# 2 Ponies found



## jen_2007 (1 June 2014)

2 ponies approx 11.2hh found wandering the road this morning near the Milbourne Common Wood in Braydon SN16. They are in good condition and also shod and are well behaved and easy to handle.  I've asked everyone in the vicinity but no one knows them. I've also put it up on the local riding clubs fb pages and reported it to the Wiltshire police. So I'm hoping that the owners will look in one of these places to find them. We are horsey so at the moment they're in my field being well looked after.
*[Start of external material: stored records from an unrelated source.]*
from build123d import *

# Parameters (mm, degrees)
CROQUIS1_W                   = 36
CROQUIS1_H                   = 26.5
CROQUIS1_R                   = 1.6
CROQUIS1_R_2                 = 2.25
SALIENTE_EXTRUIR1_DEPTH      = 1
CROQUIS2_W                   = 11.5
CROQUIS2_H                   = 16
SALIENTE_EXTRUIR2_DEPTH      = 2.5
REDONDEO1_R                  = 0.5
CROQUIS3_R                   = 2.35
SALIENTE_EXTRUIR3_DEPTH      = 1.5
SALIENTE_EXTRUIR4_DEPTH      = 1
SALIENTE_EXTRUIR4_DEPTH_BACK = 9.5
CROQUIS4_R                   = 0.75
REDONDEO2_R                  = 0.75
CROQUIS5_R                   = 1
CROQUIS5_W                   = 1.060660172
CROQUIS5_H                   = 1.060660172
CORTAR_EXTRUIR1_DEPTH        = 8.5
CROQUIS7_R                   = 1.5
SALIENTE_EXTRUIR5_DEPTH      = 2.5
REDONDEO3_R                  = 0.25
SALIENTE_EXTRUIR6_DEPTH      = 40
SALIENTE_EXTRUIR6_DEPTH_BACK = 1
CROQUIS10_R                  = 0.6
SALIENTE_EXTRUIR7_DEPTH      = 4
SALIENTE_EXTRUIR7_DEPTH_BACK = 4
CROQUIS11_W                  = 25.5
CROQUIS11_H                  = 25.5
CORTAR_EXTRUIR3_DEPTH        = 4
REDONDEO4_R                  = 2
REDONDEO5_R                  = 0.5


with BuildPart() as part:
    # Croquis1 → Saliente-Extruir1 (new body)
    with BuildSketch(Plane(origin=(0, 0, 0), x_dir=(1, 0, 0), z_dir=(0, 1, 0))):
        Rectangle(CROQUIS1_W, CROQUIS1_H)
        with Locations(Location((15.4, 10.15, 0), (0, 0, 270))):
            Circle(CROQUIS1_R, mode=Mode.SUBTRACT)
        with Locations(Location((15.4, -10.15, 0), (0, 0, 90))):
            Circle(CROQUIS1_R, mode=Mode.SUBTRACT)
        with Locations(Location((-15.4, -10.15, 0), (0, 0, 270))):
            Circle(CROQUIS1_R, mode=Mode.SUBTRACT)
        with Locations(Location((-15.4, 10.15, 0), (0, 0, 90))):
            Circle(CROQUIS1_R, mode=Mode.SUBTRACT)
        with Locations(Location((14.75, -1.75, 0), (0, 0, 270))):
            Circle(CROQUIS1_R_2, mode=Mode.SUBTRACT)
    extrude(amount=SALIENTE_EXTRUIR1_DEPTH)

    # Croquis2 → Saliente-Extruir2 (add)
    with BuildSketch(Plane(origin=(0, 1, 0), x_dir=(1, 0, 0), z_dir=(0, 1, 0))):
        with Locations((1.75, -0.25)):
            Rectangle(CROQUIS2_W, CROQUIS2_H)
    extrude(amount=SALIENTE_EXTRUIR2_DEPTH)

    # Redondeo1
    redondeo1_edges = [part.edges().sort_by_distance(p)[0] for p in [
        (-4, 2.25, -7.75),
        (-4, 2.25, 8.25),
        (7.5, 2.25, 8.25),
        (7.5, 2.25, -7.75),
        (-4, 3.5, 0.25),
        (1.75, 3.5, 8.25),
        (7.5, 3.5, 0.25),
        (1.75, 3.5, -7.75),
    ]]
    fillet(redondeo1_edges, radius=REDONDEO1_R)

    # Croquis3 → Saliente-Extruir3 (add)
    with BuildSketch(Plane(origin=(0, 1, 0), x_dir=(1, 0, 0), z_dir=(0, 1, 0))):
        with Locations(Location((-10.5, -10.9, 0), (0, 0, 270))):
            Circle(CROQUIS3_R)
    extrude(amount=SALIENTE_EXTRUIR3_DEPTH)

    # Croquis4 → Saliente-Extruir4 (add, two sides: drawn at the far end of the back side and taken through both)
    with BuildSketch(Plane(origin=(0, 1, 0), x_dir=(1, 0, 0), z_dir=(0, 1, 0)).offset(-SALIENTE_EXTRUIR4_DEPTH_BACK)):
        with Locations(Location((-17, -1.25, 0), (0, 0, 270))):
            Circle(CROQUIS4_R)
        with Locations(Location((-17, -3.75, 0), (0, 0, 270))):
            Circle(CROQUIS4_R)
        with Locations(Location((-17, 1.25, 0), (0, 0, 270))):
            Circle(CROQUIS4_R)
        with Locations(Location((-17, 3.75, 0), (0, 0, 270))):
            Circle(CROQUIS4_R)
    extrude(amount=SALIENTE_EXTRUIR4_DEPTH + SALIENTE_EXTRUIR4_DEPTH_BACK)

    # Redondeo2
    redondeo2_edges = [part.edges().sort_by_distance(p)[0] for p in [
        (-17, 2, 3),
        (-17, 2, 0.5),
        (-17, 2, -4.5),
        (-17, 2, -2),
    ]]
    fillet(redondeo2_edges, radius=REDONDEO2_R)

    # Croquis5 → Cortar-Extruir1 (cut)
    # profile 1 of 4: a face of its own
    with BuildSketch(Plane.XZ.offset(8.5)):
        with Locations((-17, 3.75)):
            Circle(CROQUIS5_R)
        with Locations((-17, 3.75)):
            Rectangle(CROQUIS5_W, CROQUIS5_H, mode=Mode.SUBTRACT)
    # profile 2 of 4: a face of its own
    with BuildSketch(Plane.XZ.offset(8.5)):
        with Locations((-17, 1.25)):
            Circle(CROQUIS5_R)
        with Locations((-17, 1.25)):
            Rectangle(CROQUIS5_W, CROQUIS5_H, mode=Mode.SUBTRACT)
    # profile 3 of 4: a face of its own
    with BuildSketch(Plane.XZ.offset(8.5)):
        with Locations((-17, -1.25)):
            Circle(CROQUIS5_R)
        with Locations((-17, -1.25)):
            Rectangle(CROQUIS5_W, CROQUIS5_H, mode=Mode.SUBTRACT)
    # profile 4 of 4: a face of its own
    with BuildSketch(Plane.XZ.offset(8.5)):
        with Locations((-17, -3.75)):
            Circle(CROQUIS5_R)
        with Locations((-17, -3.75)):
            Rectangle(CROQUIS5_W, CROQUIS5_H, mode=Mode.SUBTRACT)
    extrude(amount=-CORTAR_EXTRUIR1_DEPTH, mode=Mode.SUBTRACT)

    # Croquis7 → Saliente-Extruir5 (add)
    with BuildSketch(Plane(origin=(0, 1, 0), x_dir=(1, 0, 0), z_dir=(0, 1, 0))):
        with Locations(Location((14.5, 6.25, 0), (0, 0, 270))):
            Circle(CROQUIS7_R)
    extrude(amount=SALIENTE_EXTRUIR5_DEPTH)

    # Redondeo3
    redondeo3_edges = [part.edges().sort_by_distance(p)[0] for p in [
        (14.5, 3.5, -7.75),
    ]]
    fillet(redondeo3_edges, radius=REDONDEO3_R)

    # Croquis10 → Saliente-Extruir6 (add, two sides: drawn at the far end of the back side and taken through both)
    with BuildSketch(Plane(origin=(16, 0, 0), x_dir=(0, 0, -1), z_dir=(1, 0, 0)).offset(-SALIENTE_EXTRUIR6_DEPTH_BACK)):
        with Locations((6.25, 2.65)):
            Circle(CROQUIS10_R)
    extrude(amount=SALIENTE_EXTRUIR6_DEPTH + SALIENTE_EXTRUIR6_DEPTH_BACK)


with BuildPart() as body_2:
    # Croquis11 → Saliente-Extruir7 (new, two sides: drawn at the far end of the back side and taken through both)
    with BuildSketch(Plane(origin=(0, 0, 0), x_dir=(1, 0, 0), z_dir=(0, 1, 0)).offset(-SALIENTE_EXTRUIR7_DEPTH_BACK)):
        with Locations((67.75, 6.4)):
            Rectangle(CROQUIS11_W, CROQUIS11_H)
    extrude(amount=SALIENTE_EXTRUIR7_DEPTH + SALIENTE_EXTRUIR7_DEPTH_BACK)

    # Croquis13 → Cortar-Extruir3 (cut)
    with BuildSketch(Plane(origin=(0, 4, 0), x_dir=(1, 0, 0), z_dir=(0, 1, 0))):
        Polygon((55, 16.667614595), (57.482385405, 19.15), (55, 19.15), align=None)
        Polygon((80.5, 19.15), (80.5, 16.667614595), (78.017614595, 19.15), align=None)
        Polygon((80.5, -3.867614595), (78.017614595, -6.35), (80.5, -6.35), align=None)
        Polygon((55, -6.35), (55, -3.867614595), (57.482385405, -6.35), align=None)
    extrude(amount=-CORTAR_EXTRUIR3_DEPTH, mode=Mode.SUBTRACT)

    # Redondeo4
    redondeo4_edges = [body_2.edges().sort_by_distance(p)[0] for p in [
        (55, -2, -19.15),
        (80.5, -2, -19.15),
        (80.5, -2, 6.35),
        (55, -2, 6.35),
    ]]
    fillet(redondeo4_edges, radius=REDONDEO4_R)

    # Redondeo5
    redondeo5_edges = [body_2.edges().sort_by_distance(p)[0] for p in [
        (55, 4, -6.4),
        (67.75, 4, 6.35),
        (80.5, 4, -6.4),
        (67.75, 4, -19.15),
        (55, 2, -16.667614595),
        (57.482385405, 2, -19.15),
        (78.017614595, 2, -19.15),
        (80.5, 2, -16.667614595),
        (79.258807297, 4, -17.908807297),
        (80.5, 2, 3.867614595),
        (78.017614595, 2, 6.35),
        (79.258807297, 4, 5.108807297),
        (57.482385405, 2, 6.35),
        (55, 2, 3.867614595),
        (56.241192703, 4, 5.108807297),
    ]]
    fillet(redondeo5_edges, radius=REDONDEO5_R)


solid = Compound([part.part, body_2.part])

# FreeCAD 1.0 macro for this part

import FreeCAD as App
import Part
import Sketcher

V = App.Vector
Q = App.Units.Quantity


def edges_at(feature, points):
    """Names of the edges that pass closest to the given points."""
    edges = feature.Shape.Edges
    near = lambda p: min(range(len(edges)), key=lambda i: edges[i].distToShape(Part.Vertex(*p))[0])
    return sorted({f"Edge{near(p) + 1}" for p in points})

doc = App.newDocument("Part")
body = doc.addObject("PartDesign::Body", "Body")

# Sketch on XZ plane
sketch1 = doc.addObject("Sketcher::SketchObject", "Sketch")
body.addObject(sketch1)
sketch1.AttachmentSupport = (doc.XZ_Plane, [""])
sketch1.MapMode = "FlatFace"
sketch1.addGeometry([
    Part.LineSegment(V(-18, -13.25, 0), V(-18, 13.25, 0)),  # 0
    Part.LineSegment(V(-18, 13.25, 0), V(18, 13.25, 0)),  # 1
    Part.LineSegment(V(18, 13.25, 0), V(18, -13.25, 0)),  # 2
    Part.LineSegment(V(18, -13.25, 0), V(-18, -13.25, 0)),  # 3
    Part.Circle(V(-15.4, 10.15, 0), V(0, 0, 1), 1.6),  # 4
    Part.Circle(V(15.4, 10.15, 0), V(0, 0, 1), 1.6),  # 5
    Part.Circle(V(14.75, 1.75, 0), V(0, 0, 1), 2.25),  # 6
    Part.Circle(V(-15.4, -10.15, 0), V(0, 0, 1), 1.6),  # 7
    Part.Circle(V(15.4, -10.15, 0), V(0, 0, 1), 1.6),  # 8
], False)
sketch1.addConstraint([
    Sketcher.Constraint("Coincident", 0, 2, 1, 1),
    Sketcher.Constraint("Coincident", 1, 2, 2, 1),
    Sketcher.Constraint("Coincident", 2, 2, 3, 1),
    Sketcher.Constraint("Coincident", 3, 2, 0, 1),
    Sketcher.Constraint("Vertical", 0),
    Sketcher.Constraint("Horizontal", 1),
    Sketcher.Constraint("Vertical", 2),
    Sketcher.Constraint("Horizontal", 3),
    Sketcher.Constraint("Equal", 4, 5),
    Sketcher.Constraint("Equal", 5, 7),
    Sketcher.Constraint("Equal", 7, 8),
    Sketcher.Constraint("Symmetric", 5, 3, 7, 3, -1, 1),
    Sketcher.Constraint("Symmetric", 4, 3, 8, 3, -1, 1),
    Sketcher.Constraint("Symmetric", 0, 2, 2, 2, -1, 1),
    Sketcher.Constraint("Symmetric", 4, 3, 5, 3, -2),
    Sketcher.Constraint("Diameter", 4, Q("3.2 mm")),
    Sketcher.Constraint("Diameter", 6, Q("4.5 mm")),
    Sketcher.Constraint("DistanceX", 1, 1, 1, 2, Q("36 mm")),
    Sketcher.Constraint("DistanceY", 0, 1, 0, 2, Q("26.5 mm")),
    Sketcher.Constraint("DistanceY", 2, 2, 6, 3, Q("15 mm")),
    Sketcher.Constraint("DistanceX", 4, 3, -1, 1, Q("15.4 mm")),
    Sketcher.Constraint("DistanceY", 6, 3, 5, 3, Q("8.4 mm")),
    Sketcher.Constraint("DistanceX", -1, 1, 6, 3, Q("14.75 mm")),
])
pad1 = doc.addObject("PartDesign::Pad", "Pad")
body.addObject(pad1)
pad1.Profile = sketch1
pad1.Length = 1
pad1.Reversed = True

# Sketch on XZ plane
sketch2 = doc.addObject("Sketcher::SketchObject", "Sketch001")
body.addObject(sketch2)
sketch2.AttachmentSupport = (doc.XZ_Plane, [""])
sketch2.MapMode = "FlatFace"
sketch2.AttachmentOffset = App.Placement(V(0, 0, -1), App.Rotation())
sketch2.addGeometry([
    Part.LineSegment(V(-4, -7.75, 0), V(-4, 8.25, 0)),
    Part.LineSegment(V(-4, 8.25, 0), V(7.5, 8.25, 0)),
    Part.LineSegment(V(7.5, 8.25, 0), V(7.5, -7.75, 0)),
    Part.LineSegment(V(7.5, -7.75, 0), V(-4, -7.75, 0)),
], False)
sketch2.addConstraint([
    Sketcher.Constraint("Coincident", 0, 2, 1, 1),
    Sketcher.Constraint("Coincident", 1, 2, 2, 1),
    Sketcher.Constraint("Coincident", 2, 2, 3, 1),
    Sketcher.Constraint("Coincident", 3, 2, 0, 1),
    Sketcher.Constraint("Vertical", 0),
    Sketcher.Constraint("Horizontal", 1),
    Sketcher.Constraint("Vertical", 2),
    Sketcher.Constraint("Horizontal", 3),
    Sketcher.Constraint("DistanceY", 0, 1, 0, 2, Q("16 mm")),
    Sketcher.Constraint("DistanceX", 1, 1, 1, 2, Q("11.5 mm")),
    Sketcher.Constraint("DistanceX", 0, 2, -1, 1, Q("4 mm")),
    Sketcher.Constraint("DistanceY", -1, 1, 0, 2, Q("8.25 mm")),
])
pad2 = doc.addObject("PartDesign::Pad", "Pad001")
body.addObject(pad2)
pad2.Profile = sketch2
pad2.Length = 2.5
pad2.Reversed = True
doc.recompute()

fillet = doc.addObject("PartDesign::Fillet", "Fillet")
body.addObject(fillet)
fillet.Base = (pad2, edges_at(pad2, [
    (-4, 2.25, -7.75),
    (-4, 2.25, 8.25),
    (7.5, 2.25, 8.25),
    (7.5, 2.25, -7.75),
    (-4, 3.5, 0.25),
    (1.75, 3.5, 8.25),
    (7.5, 3.5, 0.25),
    (1.75, 3.5, -7.75),
]))
fillet.Radius = 0.5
Now fingers crossed that we can find their owners,


----------



## DebbieCG (1 June 2014)

Have you reported the details to Wiltshire Horsewatch?   Facebook link here:

https://www.facebook.com/pages/Wiltshire-Horsewatch/124761100905641


----------



## DebbieCG (1 June 2014)

Wiltshire Horsewatch contact details:

http://www.wiltshirehorsewatch.co.uk/contactus.htm


----------



## jen_2007 (1 June 2014)

thank you, I'll bear that in mind for next time. The ponies have just been reunited with their very happy owner


----------



## Adopter (1 June 2014)

Nice to have a happy result, poor owner must have been so worried.


----------



## Princess16 (15 October 2014)

Thank God for people like you! Love a happy ending &#128515;


----------